Counterfeit electrical products can be dangerous. Some signs that a product may be counterfeit include:

  • poor quality
  • very inexpensive price
  • grammatical errors and unusual fonts on the:
    • product
    • labelling
    • packaging


Appliances with filters and screens, such as clothes dryers, need to be regularly checked and cleaned. Leftover lint in the screen and exhaust piping of clothes dryers can ignite in high temperatures and cause fires.

Furnaces, air conditioners and water heaters require periodic maintenance. Consumers should consult their product manuals and/or local authorized service company to setup a service schedule.

Never use gas powered electric generators in the home, including in the garage.


Make sure to use the charger that came with your laptop, mobile phone, vaping device, hoverboard or any other product that has a rechargeable battery. If you need to buy or replace a charger, make sure the voltage and current are compatible with your device.

Make sure you follow the charging instructions and do not place a charging product near combustible materials or on soft surfaces, such as a couch or bed. Soft surfaces can trap heat around the battery.

Make sure to use a charger that has one of the recognized Canadian certification marks, such as CSA, cUL or cETL. Chargers that do not meet the Canadian national safety standards may pose an electric shock, burn or fire hazard for consumers.

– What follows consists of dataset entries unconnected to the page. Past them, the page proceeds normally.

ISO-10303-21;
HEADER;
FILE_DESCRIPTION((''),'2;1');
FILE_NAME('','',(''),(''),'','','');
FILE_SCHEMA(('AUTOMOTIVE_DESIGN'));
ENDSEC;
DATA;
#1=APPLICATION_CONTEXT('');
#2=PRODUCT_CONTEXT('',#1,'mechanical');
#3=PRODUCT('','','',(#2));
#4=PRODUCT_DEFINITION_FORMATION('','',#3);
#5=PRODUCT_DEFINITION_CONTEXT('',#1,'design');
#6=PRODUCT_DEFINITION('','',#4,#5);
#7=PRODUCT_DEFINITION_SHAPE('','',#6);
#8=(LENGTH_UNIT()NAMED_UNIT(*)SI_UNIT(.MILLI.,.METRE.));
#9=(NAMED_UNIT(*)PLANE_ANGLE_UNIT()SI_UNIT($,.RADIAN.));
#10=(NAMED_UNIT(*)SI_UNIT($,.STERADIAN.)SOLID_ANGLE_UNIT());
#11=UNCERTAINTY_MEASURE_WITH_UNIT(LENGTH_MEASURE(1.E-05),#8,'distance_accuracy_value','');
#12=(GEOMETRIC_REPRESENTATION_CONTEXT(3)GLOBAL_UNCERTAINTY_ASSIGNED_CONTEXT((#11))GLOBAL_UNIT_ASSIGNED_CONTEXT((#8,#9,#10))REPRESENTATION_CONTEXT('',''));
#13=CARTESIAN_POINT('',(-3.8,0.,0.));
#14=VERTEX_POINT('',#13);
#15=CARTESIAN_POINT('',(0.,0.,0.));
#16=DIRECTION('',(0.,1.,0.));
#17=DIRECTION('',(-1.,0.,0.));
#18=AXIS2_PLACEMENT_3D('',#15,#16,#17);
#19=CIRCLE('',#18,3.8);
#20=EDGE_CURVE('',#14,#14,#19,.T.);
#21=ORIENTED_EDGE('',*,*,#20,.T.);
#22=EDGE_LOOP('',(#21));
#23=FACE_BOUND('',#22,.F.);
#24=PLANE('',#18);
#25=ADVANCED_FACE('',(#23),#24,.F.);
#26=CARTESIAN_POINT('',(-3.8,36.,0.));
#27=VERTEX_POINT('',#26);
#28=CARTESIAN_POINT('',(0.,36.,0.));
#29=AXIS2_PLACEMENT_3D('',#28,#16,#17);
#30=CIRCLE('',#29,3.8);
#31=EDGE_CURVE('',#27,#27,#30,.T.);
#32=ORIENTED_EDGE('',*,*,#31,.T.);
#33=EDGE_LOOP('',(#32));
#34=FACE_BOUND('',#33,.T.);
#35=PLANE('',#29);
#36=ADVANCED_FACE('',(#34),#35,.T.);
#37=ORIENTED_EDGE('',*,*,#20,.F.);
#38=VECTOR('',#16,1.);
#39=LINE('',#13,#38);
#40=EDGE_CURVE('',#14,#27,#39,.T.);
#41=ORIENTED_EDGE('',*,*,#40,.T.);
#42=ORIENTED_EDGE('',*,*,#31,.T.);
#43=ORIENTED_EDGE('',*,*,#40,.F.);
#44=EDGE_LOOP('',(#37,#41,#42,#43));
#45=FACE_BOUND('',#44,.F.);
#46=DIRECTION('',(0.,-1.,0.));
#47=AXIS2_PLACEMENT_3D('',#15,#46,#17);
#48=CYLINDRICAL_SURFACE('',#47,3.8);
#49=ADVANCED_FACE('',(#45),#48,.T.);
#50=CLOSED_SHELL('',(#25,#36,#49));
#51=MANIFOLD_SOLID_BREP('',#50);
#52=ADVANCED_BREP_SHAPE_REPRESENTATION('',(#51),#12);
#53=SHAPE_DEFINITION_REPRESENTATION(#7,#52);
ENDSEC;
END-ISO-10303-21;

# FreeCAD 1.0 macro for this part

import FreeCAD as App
import Part
import Sketcher

doc = App.newDocument("Part")
body = doc.addObject("PartDesign::Body", "Body")

# Sketch on XZ plane
sketch1 = body.newObject("Sketcher::SketchObject", "Sketch")
sketch1.AttachmentSupport = (doc.getObject("XZ_Plane"), [""])
sketch1.MapMode = "FlatFace"
sketch1.addGeometry(Part.Circle(App.Vector(0, 0, 0), App.Vector(0, 0, 1), 3.8), False)
sketch1.addConstraint([
    Sketcher.Constraint("Coincident", 0, 3, -1, 1),
    Sketcher.Constraint("Diameter", 0, 7.6),
])
pad1 = body.newObject("PartDesign::Pad", "Pad")
pad1.Profile = sketch1
pad1.Length = 36
pad1.Reversed = True

doc.recompute()
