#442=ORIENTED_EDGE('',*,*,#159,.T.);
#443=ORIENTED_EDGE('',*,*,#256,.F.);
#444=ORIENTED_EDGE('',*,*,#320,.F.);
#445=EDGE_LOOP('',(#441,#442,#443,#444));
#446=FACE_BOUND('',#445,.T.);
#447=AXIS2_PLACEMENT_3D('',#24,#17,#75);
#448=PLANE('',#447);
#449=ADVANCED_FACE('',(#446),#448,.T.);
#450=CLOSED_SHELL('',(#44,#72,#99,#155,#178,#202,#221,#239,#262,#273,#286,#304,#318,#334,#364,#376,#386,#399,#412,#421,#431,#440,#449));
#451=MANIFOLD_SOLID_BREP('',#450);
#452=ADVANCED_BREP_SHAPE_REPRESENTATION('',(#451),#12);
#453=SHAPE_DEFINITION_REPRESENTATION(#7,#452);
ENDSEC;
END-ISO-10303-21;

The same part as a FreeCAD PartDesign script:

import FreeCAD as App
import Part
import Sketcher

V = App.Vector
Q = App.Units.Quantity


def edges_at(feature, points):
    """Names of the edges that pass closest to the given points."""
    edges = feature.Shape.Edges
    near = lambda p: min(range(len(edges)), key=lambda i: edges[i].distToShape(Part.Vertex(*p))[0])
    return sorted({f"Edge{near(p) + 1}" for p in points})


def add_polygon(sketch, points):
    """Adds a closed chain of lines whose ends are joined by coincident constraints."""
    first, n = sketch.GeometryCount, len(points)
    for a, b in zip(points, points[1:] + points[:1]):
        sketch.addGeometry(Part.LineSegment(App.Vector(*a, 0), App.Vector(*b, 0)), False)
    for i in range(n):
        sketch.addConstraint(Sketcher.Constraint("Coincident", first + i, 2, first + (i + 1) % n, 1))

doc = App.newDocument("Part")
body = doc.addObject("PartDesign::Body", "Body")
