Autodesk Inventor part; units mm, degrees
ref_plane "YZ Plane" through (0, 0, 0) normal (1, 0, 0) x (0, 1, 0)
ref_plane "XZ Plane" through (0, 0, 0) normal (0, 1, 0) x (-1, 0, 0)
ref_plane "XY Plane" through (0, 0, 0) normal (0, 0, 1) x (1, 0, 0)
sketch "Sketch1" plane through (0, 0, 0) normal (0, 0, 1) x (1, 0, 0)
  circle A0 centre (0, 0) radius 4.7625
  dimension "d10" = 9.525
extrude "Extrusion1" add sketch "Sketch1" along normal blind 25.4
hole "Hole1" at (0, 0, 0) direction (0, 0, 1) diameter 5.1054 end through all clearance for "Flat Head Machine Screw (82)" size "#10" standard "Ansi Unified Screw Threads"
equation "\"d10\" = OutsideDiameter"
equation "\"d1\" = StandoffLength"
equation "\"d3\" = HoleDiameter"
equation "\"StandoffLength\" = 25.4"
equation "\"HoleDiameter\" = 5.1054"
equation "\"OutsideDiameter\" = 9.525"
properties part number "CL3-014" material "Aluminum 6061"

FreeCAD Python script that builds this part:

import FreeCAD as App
import Part
import Sketcher

V = App.Vector
Q = App.Units.Quantity

doc = App.newDocument("Part")
params = doc.addObject("Spreadsheet::Sheet", "Params")
for row, (alias, value) in enumerate([
    ("sketch1_diameter", "0.375 in"),
    ("pad1_length", "1 in"),
    ("sketch2_diameter", "0.201 in"),
    ("hole_diameter", "0.201 in"),
], start=1):
    params.set(f"A{row}", alias)
    params.set(f"B{row}", "=" + value)
    params.setAlias(f"B{row}", alias)

body = doc.addObject("PartDesign::Body", "Body")

# Sketch on XY plane
sketch1 = body.newObject("Sketcher::SketchObject", "Sketch")
sketch1.AttachmentSupport = (doc.getObject("XY_Plane"), [""])
sketch1.MapMode = "FlatFace"
sketch1.addGeometry(Part.Circle(V(0, 0, 0), V(0, 0, 1), 4.8), False)
sketch1.addConstraint([
    Sketcher.Constraint("Coincident", 0, 3, -1, 1),
    Sketcher.Constraint("Diameter", 0, Q("0.375 in")),
])
sketch1.setExpression("Constraints[1]", "Params.sketch1_diameter")
pad1 = body.newObject("PartDesign::Pad", "Pad")
pad1.Profile = sketch1
pad1.setExpression("Length", "Params.pad1_length")

# Sketch on XY plane
sketch2 = body.newObject("Sketcher::SketchObject", "Sketch001")
sketch2.AttachmentSupport = (doc.getObject("XY_Plane"), [""])
sketch2.MapMode = "FlatFace"
sketch2.addGeometry(Part.Circle(V(0, 0, 0), V(0, 0, 1), 2.6), False)
sketch2.addConstraint([
    Sketcher.Constraint("Coincident", 0, 3, -1, 1),
    Sketcher.Constraint("Diameter", 0, Q("0.201 in")),
])
sketch2.setExpression("Constraints[1]", "Params.sketch2_diameter")
doc.recompute()
hole = body.newObject("PartDesign::Hole", "Hole")
hole.Profile = sketch2
hole.ThreadType = "None"
hole.setExpression("Diameter", "Params.hole_diameter")
hole.DepthType = "ThroughAll"
hole.Reversed = True

doc.recompute()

Learn more: precautions for charging your lithium-ion battery

Practices to avoid when using electrical products

To help keep your home safe when using electrical products:

  • Do not leave cooking appliances unattended
  • Do not place lamp shades too close to a heat source, including light bulbs
  • Do not place heat-producing electrical products (portable space heaters, irons, toasters, etc.) too close to combustible material
  • Always read the instruction manual for your electrical product to determine the acceptable distance between the product and combustible material
  • Do not bring electronic devices to bed, especially when they’re being charged, including:
    • laptops
    • mobile phones
    • any other device containing lithium ion batteries
  • Do not leave heat-producing electrical products plugged in when not in use, including:
    • irons
    • kettles
    • toasters
    • hair dryers
    • portable space heaters

Power cords

Power cords can pose a home safety hazard if not used properly. Be sure to:

  • unroll cords completely before use to avoid overheating
  • keep cords a safe distance from heat and water sources
  • use the proper indoor and outdoor cords for electrical products
  • pull on the plug, not the cord, when disconnecting an electrical product
  • read the directions for your electrical product to see if it’s safe to use with an extension cord or power bar
    • check to see if the cord is rated for the electrical product(s) in use; the rating will indicate the power, voltage and current
    • the power cord should be able to safely supply electrical power in accordance with the product’s electrical needs. 
  • check the cords regularly on electrical products for fraying or damage that may pose an electric shock or fire hazard
    • discard or replace worn and/or distressed cords and plugs
  • keep cords for electrical appliances out of the reach of children - they can be hurt or burned if they pull an appliance cord and the product falls down on them
  • do not cover power cords

Extension cords should not be:

  • run through
    • walls
    • doors
    • ceilings
  • run under rugs
  • used to support heavy objects
  • used as fixed (permanent) wiring
  • permanently secured, such as stapled
  • run behind or on radiators, baseboards or anywhere else where they can melt.

Never break off the third prong of a plug, because this prong reduces the risk of electric shock.